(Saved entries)
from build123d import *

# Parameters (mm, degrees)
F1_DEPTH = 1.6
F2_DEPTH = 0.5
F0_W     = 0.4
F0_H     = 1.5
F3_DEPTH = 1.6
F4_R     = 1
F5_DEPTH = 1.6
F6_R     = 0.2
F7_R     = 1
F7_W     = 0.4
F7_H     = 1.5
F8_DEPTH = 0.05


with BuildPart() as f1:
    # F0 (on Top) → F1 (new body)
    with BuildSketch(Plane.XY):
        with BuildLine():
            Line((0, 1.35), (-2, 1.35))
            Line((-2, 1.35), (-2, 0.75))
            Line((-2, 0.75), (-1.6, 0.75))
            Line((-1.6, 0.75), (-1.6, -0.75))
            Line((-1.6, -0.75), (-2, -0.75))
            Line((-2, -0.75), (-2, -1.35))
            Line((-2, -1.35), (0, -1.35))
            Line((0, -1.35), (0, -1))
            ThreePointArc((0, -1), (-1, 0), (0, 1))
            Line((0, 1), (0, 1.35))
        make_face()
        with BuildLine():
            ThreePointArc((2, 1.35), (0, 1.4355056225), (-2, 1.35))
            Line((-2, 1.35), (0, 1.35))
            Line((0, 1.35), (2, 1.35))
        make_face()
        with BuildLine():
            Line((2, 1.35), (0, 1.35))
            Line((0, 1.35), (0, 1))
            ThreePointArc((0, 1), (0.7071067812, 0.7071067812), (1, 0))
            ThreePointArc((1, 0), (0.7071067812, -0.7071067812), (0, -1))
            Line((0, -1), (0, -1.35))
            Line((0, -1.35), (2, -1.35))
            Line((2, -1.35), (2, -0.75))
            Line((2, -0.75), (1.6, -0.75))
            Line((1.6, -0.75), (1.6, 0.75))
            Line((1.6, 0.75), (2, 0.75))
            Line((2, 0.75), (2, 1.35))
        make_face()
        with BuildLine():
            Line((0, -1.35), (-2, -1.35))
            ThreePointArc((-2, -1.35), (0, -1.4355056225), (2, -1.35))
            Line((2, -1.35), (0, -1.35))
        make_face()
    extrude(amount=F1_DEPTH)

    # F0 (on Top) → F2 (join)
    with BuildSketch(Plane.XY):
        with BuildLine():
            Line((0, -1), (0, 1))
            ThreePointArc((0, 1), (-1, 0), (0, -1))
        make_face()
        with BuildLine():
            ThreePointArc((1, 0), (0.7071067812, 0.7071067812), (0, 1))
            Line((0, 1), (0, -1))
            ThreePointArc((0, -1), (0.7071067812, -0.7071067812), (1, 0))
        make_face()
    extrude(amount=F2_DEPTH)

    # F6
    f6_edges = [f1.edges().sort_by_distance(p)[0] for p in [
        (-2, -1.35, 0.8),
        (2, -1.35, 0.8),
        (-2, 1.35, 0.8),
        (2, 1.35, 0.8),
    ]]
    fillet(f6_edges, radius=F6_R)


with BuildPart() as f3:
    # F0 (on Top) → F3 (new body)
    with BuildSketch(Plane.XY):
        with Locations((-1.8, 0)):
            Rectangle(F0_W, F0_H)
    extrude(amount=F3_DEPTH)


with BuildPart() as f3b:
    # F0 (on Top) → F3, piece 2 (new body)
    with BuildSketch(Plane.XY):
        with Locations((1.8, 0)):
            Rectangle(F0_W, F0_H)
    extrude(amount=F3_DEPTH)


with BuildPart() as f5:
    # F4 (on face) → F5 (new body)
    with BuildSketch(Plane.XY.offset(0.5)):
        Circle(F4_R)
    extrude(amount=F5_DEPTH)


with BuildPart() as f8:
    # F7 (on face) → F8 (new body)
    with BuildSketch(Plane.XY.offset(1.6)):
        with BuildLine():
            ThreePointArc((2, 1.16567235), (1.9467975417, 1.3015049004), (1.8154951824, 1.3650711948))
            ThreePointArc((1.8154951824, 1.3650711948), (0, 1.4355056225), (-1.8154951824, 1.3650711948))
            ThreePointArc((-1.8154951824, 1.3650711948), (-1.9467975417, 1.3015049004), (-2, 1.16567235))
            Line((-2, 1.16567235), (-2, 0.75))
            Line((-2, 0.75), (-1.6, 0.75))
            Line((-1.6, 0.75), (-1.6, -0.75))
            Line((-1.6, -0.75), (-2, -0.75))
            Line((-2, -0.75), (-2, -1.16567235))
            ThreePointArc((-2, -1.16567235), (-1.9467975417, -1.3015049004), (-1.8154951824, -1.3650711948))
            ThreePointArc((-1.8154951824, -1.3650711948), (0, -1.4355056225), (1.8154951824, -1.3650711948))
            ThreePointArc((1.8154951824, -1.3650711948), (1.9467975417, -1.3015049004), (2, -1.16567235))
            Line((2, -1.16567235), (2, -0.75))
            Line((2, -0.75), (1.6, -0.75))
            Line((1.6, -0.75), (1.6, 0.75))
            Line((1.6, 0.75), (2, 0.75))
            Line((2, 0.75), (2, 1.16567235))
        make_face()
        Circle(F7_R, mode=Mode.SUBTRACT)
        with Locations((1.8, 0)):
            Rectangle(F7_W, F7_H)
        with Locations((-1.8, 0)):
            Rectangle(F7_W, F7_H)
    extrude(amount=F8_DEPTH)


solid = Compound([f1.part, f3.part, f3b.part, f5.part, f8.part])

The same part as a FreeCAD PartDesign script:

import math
import FreeCAD as App
import Part
import Sketcher
from FreeCAD import Vector
Q = App.Units.Quantity


def edges_at(feature, points):
    """Names of the edges that pass closest to the given points."""
    edges = feature.Shape.Edges
    near = lambda p: min(range(len(edges)), key=lambda i: edges[i].distToShape(Part.Vertex(*p))[0])
    return sorted({f"Edge{near(p) + 1}" for p in points})

doc = App.newDocument("Part")
body = doc.addObject("PartDesign::Body", "Body")

sketch1 = body.newObject("Sketcher::SketchObject", "Sketch")
sketch1.AttachmentSupport = (doc.getObject("XY_Plane"), [""])
sketch1.MapMode = "FlatFace"
sketch1.addGeometry(Part.LineSegment(Vector(-2, 1.35, 0), Vector(-2, 0.75, 0)), False)
sketch1.addGeometry(Part.LineSegment(Vector(-2, 0.75, 0), Vector(-1.6, 0.75, 0)), False)
sketch1.addGeometry(Part.LineSegment(Vector(-1.6, 0.75, 0), Vector(-1.6, -0.75, 0)), False)
sketch1.addGeometry(Part.LineSegment(Vector(-1.6, -0.75, 0), Vector(-2, -0.75, 0)), False)
sketch1.addGeometry(Part.LineSegment(Vector(-2, -0.75, 0), Vector(-2, -1.35, 0)), False)
sketch1.addGeometry(Part.ArcOfCircle(Part.Circle(Vector(0, 22, 0), Vector(0, 0, 1), 23.43), math.radians(-94.9), math.radians(-85.1)), False)
sketch1.addGeometry(Part.LineSegment(Vector(2, -1.35, 0), Vector(2, -0.75, 0)), False)
sketch1.addGeometry(Part.LineSegment(Vector(2, -0.75, 0), Vector(1.6, -0.75, 0)), False)
sketch1.addGeometry(Part.LineSegment(Vector(1.6, -0.75, 0), Vector(1.6, 0.75, 0)), False)
sketch1.addGeometry(Part.LineSegment(Vector(1.6, 0.75, 0), Vector(2, 0.75, 0)), False)
sketch1.addGeometry(Part.LineSegment(Vector(2, 0.75, 0), Vector(2, 1.35, 0)), False)
sketch1.addGeometry(Part.ArcOfCircle(Part.Circle(Vector(0, -22, 0), Vector(0, 0, 1), 23.43), math.radians(85.1), math.radians(94.9)), False)
sketch1.addGeometry(Part.ArcOfCircle(Part.Circle(Vector(0, 0, 0), Vector(0, 0, 1), 1), math.radians(90), math.radians(270)), False)
sketch1.addGeometry(Part.ArcOfCircle(Part.Circle(Vector(0, 0, 0), Vector(0, 0, 1), 1), math.radians(0), math.radians(90)), False)
sketch1.addGeometry(Part.ArcOfCircle(Part.Circle(Vector(0, 0, 0), Vector(0, 0, 1), 1), math.radians(-90), math.radians(0)), False)
sketch1.addConstraint(Sketcher.Constraint("Coincident", 0, 2, 1, 1))
sketch1.addConstraint(Sketcher.Constraint("Coincident", 1, 2, 2, 1))
sketch1.addConstraint(Sketcher.Constraint("Coincident", 2, 2, 3, 1))
sketch1.addConstraint(Sketcher.Constraint("Coincident", 3, 2, 4, 1))
sketch1.addConstraint(Sketcher.Constraint("Coincident", 4, 2, 5, 1))
sketch1.addConstraint(Sketcher.Constraint("Coincident", 5, 2, 6, 1))
sketch1.addConstraint(Sketcher.Constraint("Coincident", 6, 2, 7, 1))
sketch1.addConstraint(Sketcher.Constraint("Coincident", 7, 2, 8, 1))
sketch1.addConstraint(Sketcher.Constraint("Coincident", 8, 2, 9, 1))
sketch1.addConstraint(Sketcher.Constraint("Coincident", 9, 2, 10, 1))
sketch1.addConstraint(Sketcher.Constraint("Coincident", 10, 2, 11, 1))
sketch1.addConstraint(Sketcher.Constraint("Coincident", 11, 2, 0, 1))
sketch1.addConstraint(Sketcher.Constraint("Tangent", 12, 1, 13, 2))
sketch1.addConstraint(Sketcher.Constraint("Tangent", 13, 1, 14, 2))
sketch1.addConstraint(Sketcher.Constraint("Tangent", 14, 1, 12, 2))
sketch1.addConstraint(Sketcher.Constraint("Vertical", 0))
sketch1.addConstraint(Sketcher.Constraint("Horizontal", 1))
sketch1.addConstraint(Sketcher.Constraint("Vertical", 2))
sketch1.addConstraint(Sketcher.Constraint("Horizontal", 3))
sketch1.addConstraint(Sketcher.Constraint("Vertical", 4))
sketch1.addConstraint(Sketcher.Constraint("Vertical", 6))
sketch1.addConstraint(Sketcher.Constraint("Horizontal", 7))
sketch1.addConstraint(Sketcher.Constraint("Vertical", 8))
sketch1.addConstraint(Sketcher.Constraint("Horizontal", 9))
sketch1.addConstraint(Sketcher.Constraint("Vertical", 10))
sketch1.addConstraint(Sketcher.Constraint("Coincident", 12, 3, -1, 1))
sketch1.addConstraint(Sketcher.Constraint("Equal", 5, 11))
sketch1.addConstraint(Sketcher.Constraint("Symmetric", 5, 3, 11, 3, -1, 1))
sketch1.addConstraint(Sketcher.Constraint("Symmetric", 0, 2, 6, 2, -1, 1))
sketch1.addConstraint(Sketcher.Constraint("Symmetric", 2, 2, 8, 2, -1, 1))
sketch1.addConstraint(Sketcher.Constraint("Symmetric", 4, 2, 5, 2, -2))
sketch1.addConstraint(Sketcher.Constraint("Symmetric", 0, 2, 9, 2, -2))
sketch1.addConstraint(Sketcher.Constraint("PointOnObject", 12, 1, -2))
sketch1.addConstraint(Sketcher.Constraint("PointOnObject", 13, 1, -1))
sketch1.addConstraint(Sketcher.Constraint("PointOnObject", 14, 1, -2))
sketch1.addConstraint(Sketcher.Constraint("Radius", 12, Q("1 mm")))
sketch1.addConstraint(Sketcher.Constraint("DistanceX", 1, 1, 1, 2, Q("0.4 mm")))
sketch1.addConstraint(Sketcher.Constraint("DistanceY", 0, 2, 0, 1, Q("0.6 mm")))
sketch1.addConstraint(Sketcher.Constraint("DistanceY", 2, 2, 2, 1, Q("1.5 mm")))
sketch1.addConstraint(Sketcher.Constraint("DistanceX", 0, 2, -1, 1, Q("2 mm")))
sketch1.addConstraint(Sketcher.Constraint("Radius", 5, Q("23.433028 mm")))
pad1 = body.newObject("PartDesign::Pad", "Pad")
pad1.Profile = sketch1
pad1.Length = 1.6

sketch2 = body.newObject("Sketcher::SketchObject", "Sketch001")
sketch2.AttachmentSupport = (doc.getObject("XY_Plane"), [""])
sketch2.MapMode = "FlatFace"
sketch2.addGeometry(Part.ArcOfCircle(Part.Circle(Vector(0, 0, 0), Vector(0, 0, 1), 1), math.radians(90), math.radians(270)), False)
sketch2.addGeometry(Part.ArcOfCircle(Part.Circle(Vector(0, 0, 0), Vector(0, 0, 1), 1), math.radians(-90), math.radians(0)), False)
sketch2.addGeometry(Part.ArcOfCircle(Part.Circle(Vector(0, 0, 0), Vector(0, 0, 1), 1), math.radians(0), math.radians(90)), False)
sketch2.addConstraint(Sketcher.Constraint("Tangent", 0, 2, 1, 1))
sketch2.addConstraint(Sketcher.Constraint("Tangent", 1, 2, 2, 1))
sketch2.addConstraint(Sketcher.Constraint("Tangent", 2, 2, 0, 1))
sketch2.addConstraint(Sketcher.Constraint("Coincident", 0, 3, -1, 1))
sketch2.addConstraint(Sketcher.Constraint("PointOnObject", 0, 2, -2))
sketch2.addConstraint(Sketcher.Constraint("PointOnObject", 1, 2, -1))
sketch2.addConstraint(Sketcher.Constraint("PointOnObject", 2, 2, -2))
sketch2.addConstraint(Sketcher.Constraint("Radius", 0, Q("1 mm")))
pad2 = body.newObject("PartDesign::Pad", "Pad001")
pad2.Profile = sketch2
pad2.Length = 0.5
doc.recompute()

fillet = body.newObject("PartDesign::Fillet", "Fillet")
fillet.Base = (pad2, edges_at(pad2, [
    (-2, -1.35, 0.8),
    (2, -1.35, 0.8),
    (-2, 1.35, 0.8),
    (2, 1.35, 0.8),
]))
fillet.Radius = 0.2
body2 = doc.addObject("PartDesign::Body", "Body001")

sketch3 = body2.newObject("Sketcher::SketchObject", "Sketch002")
sketch3.AttachmentSupport = (doc.getObject("XY_Plane001"), [""])
sketch3.MapMode = "FlatFace"
sketch3.addGeometry(Part.LineSegment(Vector(-2, 0.75, 0), Vector(-2, -0.75, 0)), False)
sketch3.addGeometry(Part.LineSegment(Vector(-2, -0.75, 0), Vector(-1.6, -0.75, 0)), False)
sketch3.addGeometry(Part.LineSegment(Vector(-1.6, -0.75, 0), Vector(-1.6, 0.75, 0)), False)
sketch3.addGeometry(Part.LineSegment(Vector(-1.6, 0.75, 0), Vector(-2, 0.75, 0)), False)
sketch3.addConstraint(Sketcher.Constraint("Coincident", 0, 2, 1, 1))
sketch3.addConstraint(Sketcher.Constraint("Coincident", 1, 2, 2, 1))
sketch3.addConstraint(Sketcher.Constraint("Coincident", 2, 2, 3, 1))
sketch3.addConstraint(Sketcher.Constraint("Coincident", 3, 2, 0, 1))
sketch3.addConstraint(Sketcher.Constraint("Vertical", 0))
sketch3.addConstraint(Sketcher.Constraint("Horizontal", 1))
sketch3.addConstraint(Sketcher.Constraint("Vertical", 2))
sketch3.addConstraint(Sketcher.Constraint("Horizontal", 3))
sketch3.addConstraint(Sketcher.Constraint("DistanceX", 1, 1, 1, 2, Q("0.4 mm")))
sketch3.addConstraint(Sketcher.Constraint("DistanceY", 0, 2, 0, 1, Q("1.5 mm")))
sketch3.addConstraint(Sketcher.Constraint("DistanceX", 0, 2, -1, 1, Q("2 mm")))
sketch3.addConstraint(Sketcher.Constraint("DistanceY", 0, 2, -1, 1, Q("0.75 mm")))
pad3 = body2.newObject("PartDesign::Pad", "Pad002")
pad3.Profile = sketch3
pad3.Length = 1.6
body3 = doc.addObject("PartDesign::Body", "Body002")

sketch4 = body3.newObject("Sketcher::SketchObject", "Sketch003")
sketch4.AttachmentSupport = (doc.getObject("XY_Plane002"), [""])
sketch4.MapMode = "FlatFace"
sketch4.addGeometry(Part.LineSegment(Vector(1.6, 0.75, 0), Vector(1.6, -0.75, 0)), False)
sketch4.addGeometry(Part.LineSegment(Vector(1.6, -0.75, 0), Vector(2, -0.75, 0)), False)
sketch4.addGeometry(Part.LineSegment(Vector(2, -0.75, 0), Vector(2, 0.75, 0)), False)
sketch4.addGeometry(Part.LineSegment(Vector(2, 0.75, 0), Vector(1.6, 0.75, 0)), False)
sketch4.addConstraint(Sketcher.Constraint("Coincident", 0, 2, 1, 1))
sketch4.addConstraint(Sketcher.Constraint("Coincident", 1, 2, 2, 1))
sketch4.addConstraint(Sketcher.Constraint("Coincident", 2, 2, 3, 1))
sketch4.addConstraint(Sketcher.Constraint("Coincident", 3, 2, 0, 1))
sketch4.addConstraint(Sketcher.Constraint("Vertical", 0))
sketch4.addConstraint(Sketcher.Constraint("Horizontal", 1))
sketch4.addConstraint(Sketcher.Constraint("Vertical", 2))
sketch4.addConstraint(Sketcher.Constraint("Horizontal", 3))
sketch4.addConstraint(Sketcher.Constraint("DistanceX", 1, 1, 1, 2, Q("0.4 mm")))
sketch4.addConstraint(Sketcher.Constraint("DistanceY", 0, 2, 0, 1, Q("1.5 mm")))
sketch4.addConstraint(Sketcher.Constraint("DistanceX", -1, 1, 1, 2, Q("2 mm")))
sketch4.addConstraint(Sketcher.Constraint("DistanceY", 0, 2, -1, 1, Q("0.75 mm")))
pad4 = body3.newObject("PartDesign::Pad", "Pad003")
pad4.Profile = sketch4
pad4.Length = 1.6
body4 = doc.addObject("PartDesign::Body", "Body003")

EXERCISE BRIEF —
In the data above, find the line that contains "Line((-2, 1.35), (0, 1.35))" and the line that contains "# F0 (on Top) → F2 (join)". Repeat exactly those lines and every line between them, and only those.

REPLY TO THE TASK —
            Line((-2, 1.35), (0, 1.35))
            Line((0, 1.35), (2, 1.35))
        make_face()
        with BuildLine():
            Line((2, 1.35), (0, 1.35))
            Line((0, 1.35), (0, 1))
            ThreePointArc((0, 1), (0.7071067812, 0.7071067812), (1, 0))
            ThreePointArc((1, 0), (0.7071067812, -0.7071067812), (0, -1))
            Line((0, -1), (0, -1.35))
            Line((0, -1.35), (2, -1.35))
            Line((2, -1.35), (2, -0.75))
            Line((2, -0.75), (1.6, -0.75))
            Line((1.6, -0.75), (1.6, 0.75))
            Line((1.6, 0.75), (2, 0.75))
            Line((2, 0.75), (2, 1.35))
        make_face()
        with BuildLine():
            Line((0, -1.35), (-2, -1.35))
            ThreePointArc((-2, -1.35), (0, -1.4355056225), (2, -1.35))
            Line((2, -1.35), (0, -1.35))
        make_face()
    extrude(amount=F1_DEPTH)

    # F0 (on Top) → F2 (join)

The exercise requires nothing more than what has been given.